Jens Nevens, Jonas Doumen, Paul Van Eecke and Katrien Beuls
A crucial step towards the development of truly intelligent agents in AI consists in the development of communication systems that offer the robustness, flexibility and adaptivity found in human languages. While the processes through which children acquire language are by now relatively well understood, a faithful computational operationalisation of the underlying mechanisms is still lacking. Two main cognitive processes are involved in child language acquisition: intention reading and pattern finding (Tomasello, 2003). The former is used to understand the communicative intention of the interlocutor, thereby reconstructing the meaning underlying an observed utterance, while the latter is used to abstract away over concrete utterances and meaning representations and construct more general, productive schemata.

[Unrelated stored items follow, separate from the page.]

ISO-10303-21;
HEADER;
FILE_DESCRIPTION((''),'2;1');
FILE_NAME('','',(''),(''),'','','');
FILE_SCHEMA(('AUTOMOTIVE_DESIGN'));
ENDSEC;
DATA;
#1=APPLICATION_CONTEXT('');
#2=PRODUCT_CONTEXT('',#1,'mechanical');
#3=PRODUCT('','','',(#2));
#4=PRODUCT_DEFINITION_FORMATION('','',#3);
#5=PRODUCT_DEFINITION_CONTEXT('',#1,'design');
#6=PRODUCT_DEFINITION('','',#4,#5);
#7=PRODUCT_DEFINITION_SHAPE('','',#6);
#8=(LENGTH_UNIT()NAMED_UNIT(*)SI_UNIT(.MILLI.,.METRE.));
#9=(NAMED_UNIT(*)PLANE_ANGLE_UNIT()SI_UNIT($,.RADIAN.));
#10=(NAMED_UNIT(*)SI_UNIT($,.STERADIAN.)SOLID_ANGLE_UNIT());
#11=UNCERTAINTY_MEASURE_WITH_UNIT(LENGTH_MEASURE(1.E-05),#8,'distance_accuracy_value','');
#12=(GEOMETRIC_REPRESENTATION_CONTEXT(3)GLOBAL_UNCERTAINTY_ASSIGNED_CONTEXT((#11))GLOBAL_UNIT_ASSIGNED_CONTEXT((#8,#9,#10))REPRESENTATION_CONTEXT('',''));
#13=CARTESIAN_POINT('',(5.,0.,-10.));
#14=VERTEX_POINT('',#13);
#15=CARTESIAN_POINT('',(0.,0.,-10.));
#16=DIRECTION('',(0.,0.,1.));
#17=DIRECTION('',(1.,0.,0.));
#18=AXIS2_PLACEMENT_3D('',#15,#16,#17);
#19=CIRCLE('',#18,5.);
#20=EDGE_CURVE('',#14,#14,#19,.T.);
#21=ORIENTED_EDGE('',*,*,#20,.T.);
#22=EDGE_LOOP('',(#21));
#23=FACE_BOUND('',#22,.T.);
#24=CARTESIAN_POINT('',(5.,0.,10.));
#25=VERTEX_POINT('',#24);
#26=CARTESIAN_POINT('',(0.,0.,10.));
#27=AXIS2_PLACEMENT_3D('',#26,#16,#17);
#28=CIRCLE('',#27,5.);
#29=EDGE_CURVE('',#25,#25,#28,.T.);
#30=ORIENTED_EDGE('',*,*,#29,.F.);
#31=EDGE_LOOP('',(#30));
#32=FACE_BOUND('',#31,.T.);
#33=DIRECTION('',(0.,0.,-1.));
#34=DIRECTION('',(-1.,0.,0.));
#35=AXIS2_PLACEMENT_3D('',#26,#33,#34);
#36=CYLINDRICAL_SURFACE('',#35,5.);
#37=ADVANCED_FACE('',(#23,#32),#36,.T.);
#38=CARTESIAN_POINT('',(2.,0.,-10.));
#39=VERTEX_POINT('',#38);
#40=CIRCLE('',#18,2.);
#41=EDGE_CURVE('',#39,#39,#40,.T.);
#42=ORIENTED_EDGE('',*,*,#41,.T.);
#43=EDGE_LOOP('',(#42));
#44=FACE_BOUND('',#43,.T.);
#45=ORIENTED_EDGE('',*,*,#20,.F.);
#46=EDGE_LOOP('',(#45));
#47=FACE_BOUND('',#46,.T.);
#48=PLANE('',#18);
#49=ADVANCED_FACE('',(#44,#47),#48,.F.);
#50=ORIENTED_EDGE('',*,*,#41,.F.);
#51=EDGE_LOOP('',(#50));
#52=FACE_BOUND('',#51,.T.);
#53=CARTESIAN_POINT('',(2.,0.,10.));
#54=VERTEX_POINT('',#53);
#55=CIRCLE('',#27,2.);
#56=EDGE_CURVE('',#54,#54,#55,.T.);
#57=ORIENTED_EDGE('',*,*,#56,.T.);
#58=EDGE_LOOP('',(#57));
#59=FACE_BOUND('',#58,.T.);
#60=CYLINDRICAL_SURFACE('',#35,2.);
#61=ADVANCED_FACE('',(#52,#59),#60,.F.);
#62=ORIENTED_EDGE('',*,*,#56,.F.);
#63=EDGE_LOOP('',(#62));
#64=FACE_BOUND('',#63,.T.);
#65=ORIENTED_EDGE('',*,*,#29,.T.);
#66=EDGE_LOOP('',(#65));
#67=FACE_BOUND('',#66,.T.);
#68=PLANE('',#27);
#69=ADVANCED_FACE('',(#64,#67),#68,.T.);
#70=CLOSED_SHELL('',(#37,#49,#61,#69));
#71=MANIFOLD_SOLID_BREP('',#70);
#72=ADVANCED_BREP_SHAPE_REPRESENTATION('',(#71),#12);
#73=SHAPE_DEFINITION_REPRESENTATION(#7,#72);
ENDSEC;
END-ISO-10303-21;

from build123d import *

# Parameters (mm, degrees)
SKETCH1_R           = 5
SKETCH1_R_2         = 2
BOSS_EXTRUDE1_DEPTH = 10


with BuildPart() as part:
    # Sketch1 → Boss-Extrude1 (new body, symmetric)
    with BuildSketch(Plane.XY):
        Circle(SKETCH1_R)
        Circle(SKETCH1_R_2, mode=Mode.SUBTRACT)
    extrude(amount=BOSS_EXTRUDE1_DEPTH, both=True)


solid = part.part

Here, we introduce a mechanistic model of the intention reading capacity and its integration with pattern finding. Through situated, task-oriented interactions, an agent learns a grammar that enables it to ask and answer questions about scenes of geometrical objects from the CLEVR dataset (Johnson et al, 2017). Intention reading consists in a query composition process based on the question, the answer, and the current scene. Specifically, a limited inventory of atomic operations can be combined into compositional queries that capture the meaning of a question. The search space faced by this query composition process is exponentially large, as many possible queries can lead to the same answer in any given scene and because primitive operations can be combined in many different ways. Initially, the agent does not know which part of a question corresponds to which part of the composed query and therefore stores this mapping as a holistic form-meaning pattern. The pattern finding process generalises over reoccurring form-meaning patterns, thereby capturing the compositional structure of questions through constructions of varying degrees of abstraction. The key in successfully tackling this learning task is the integration of intention reading and pattern finding. Indeed, intention reading facilitates pattern finding by providing meaning hypotheses. In turn, pattern finding drastically reduces the search space involved in intention reading through the provision of partial analyses. Over many interactions, the agent incrementally acquires a grammar that can be used for both language comprehension (mapping questions to queries) and production (mapping queries to question) without ever having observed the queries that represent the meaning of the observed questions.
The acquired grammar and the accompanying queries effectively solve CLEVR’s visual question answering task. This work provides computational evidence for the cognitive plausibility of usage-based theories of language acquisition. It also introduces a powerful new methodology that allows autonomous agents to acquire an effective communication system with human-like properties through task-oriented interactions.
Michael Tomasello. Constructing a Language: A Usage-Based Theory of Language Acquisition. Harvard University Press, Harvard, 2003.
Justin Johnson, Bharath Hariharan, Laurens van der Maaten, Li Fei-Fei, C. Lawrence Zitnick, and Ross Girshick. CLEVR: A diagnostic dataset for compositional language and elementary visual reasoning. In IEEE CVPR, pages 2901–2910, 2017.